The application of precision medicine across world regions is still evolving [3]. However, translating this into prevention and management of breast cancer in Africa also requires additional efforts with cancer registration [3]. It is important for future research to decipher if the advanced stage of breast cancer presentation in Africa could be linked to unique aggressive biological characteristics of the malignancy, or some specific intrinsic host factors in African populations [7,76]. This is essential to guide health care practitioners to adequately respond to known and prevailing health disparities with respect to genetic determinants, predisposition and susceptibility to breast cancer across different ethnic groups on the continent [3]. However, the research capacity in this regard is relatively poor, and additionally limited by the lack of comprehensive and nationally representative data on breast cancer across African countries [5]. Hence, public health promoting behaviors that decrease breast cancer incidence still appears be most important and feasible preventive strategy across Africa.

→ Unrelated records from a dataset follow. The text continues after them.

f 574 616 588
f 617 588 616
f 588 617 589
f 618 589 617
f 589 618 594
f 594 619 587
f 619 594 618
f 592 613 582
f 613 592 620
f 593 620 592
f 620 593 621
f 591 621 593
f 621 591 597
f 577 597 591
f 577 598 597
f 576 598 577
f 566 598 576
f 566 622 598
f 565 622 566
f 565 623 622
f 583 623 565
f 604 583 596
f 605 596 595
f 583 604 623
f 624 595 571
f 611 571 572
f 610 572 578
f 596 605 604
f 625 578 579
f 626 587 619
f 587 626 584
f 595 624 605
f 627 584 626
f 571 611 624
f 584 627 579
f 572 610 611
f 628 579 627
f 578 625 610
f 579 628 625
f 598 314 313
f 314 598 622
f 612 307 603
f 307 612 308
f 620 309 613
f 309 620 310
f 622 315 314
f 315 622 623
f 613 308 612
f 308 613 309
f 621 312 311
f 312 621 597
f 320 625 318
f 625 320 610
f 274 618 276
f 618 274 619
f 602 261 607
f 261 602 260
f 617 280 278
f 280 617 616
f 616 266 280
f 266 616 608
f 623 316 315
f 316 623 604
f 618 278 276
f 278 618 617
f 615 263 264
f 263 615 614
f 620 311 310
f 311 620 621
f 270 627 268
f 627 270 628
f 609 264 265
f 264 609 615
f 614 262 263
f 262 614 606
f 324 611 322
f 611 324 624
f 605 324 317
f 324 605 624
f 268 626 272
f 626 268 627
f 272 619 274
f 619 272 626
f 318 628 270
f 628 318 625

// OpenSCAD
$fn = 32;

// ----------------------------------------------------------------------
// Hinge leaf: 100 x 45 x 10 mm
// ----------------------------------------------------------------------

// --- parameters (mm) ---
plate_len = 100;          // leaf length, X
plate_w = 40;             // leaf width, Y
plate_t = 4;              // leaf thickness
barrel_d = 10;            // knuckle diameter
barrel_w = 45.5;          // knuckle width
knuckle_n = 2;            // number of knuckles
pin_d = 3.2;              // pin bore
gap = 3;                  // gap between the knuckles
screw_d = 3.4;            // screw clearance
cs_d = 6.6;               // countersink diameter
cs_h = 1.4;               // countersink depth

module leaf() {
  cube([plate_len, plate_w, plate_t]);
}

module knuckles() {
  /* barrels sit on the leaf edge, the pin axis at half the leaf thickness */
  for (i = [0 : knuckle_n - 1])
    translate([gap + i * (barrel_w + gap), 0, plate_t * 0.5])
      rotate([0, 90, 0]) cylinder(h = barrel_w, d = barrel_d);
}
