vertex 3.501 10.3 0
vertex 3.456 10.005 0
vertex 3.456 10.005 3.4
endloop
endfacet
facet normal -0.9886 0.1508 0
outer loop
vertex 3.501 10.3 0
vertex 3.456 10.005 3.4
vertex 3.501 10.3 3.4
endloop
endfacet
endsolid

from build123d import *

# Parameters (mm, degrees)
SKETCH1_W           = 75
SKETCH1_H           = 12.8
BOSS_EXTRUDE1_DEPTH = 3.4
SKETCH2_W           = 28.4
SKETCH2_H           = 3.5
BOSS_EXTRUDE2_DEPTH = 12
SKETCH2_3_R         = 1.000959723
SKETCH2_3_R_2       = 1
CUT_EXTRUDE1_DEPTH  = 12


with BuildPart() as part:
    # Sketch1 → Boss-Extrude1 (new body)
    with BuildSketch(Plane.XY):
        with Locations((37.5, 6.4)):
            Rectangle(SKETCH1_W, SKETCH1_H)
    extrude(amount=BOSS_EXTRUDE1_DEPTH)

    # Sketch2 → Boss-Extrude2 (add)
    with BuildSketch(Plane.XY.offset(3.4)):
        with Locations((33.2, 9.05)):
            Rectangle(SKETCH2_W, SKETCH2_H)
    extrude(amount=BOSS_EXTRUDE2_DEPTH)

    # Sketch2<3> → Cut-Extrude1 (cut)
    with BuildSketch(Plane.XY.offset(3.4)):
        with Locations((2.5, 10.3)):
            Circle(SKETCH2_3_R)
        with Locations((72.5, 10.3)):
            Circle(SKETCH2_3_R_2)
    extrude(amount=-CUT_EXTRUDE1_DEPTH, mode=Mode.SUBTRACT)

The limitations of this study are also related to our key findings. First, though we performed a compressive data retrieval process, the empirical estimates we provided are limited by the absence of population-based cancer registries in many African countries (only 22 African countries represented), which has implications for the precision and representativeness of our estimates. Although, about 67% of studies were conducted in population-based cancer registries, many of these registries only covered subnational populations. As highlighted in the results, Nigeria and South Africa had the highest data points in this study. However, of all entries, South Africa particularly provided a complete national registry report of histologically-diagnosed breast cancer cases covering a period of 18 years, although only recent reports suggested an upgrade to population-based cancer registration system [80]. As noted, across data from hospital-based reports, we relied on the UN demographics for the country to estimate reference populations and person-years when they were not provided. This could have led to a relative under-estimation of cancer incidence due to resultant large denominators derived from the UN demographics. Besides, estimates were not age-standardized which limits direct comparisons with other world regions. Moreover, the heterogeneity across selected studies was high (I2>90%), which further reflects the need to address varying study designs, case ascertainments, referral approaches, and standards for collation of cancer data across different population groups, as these are important sources of heterogeneity. Despite these limitations, it is still important to present to the public the challenges arising from data availability on breast cancer research in Africa, the varying estimates available, and the implication of this on the response to a rising burden of breast cancer on the continent.

CONCLUSIONS

The efforts of various researchers and organizations, particularly the IARC, United States National Cancer Institute (NCI) and African Organization for Research and Training in Cancer (AORTIC), must be acknowledged in the response to cancer in Africa. Data availability remains an ongoing limitation in understanding and estimating the incidence of breast cancer on the continent. Further issues from available data include inconsistency in data collation and quality across existing cancer registries. However, available evidence is suggestive of a growing incidence of breast cancer in Africa. With population growth and ageing, exposures to known risks, and relative weak health systems in Africa, it is unlikely this trend will change in the short-term in the absence of effective interventions, with this further straining the health system in many African countries. As various funders and institutions develop their focuses, we assert that strategies for controlling and treating breast cancer patients must include activities that support active and comprehensive data collation and cancer registration (population- and hospital-based) on the African continent, and more emphasis on the biological and histological characteristics of breast cancer cells across different population groups.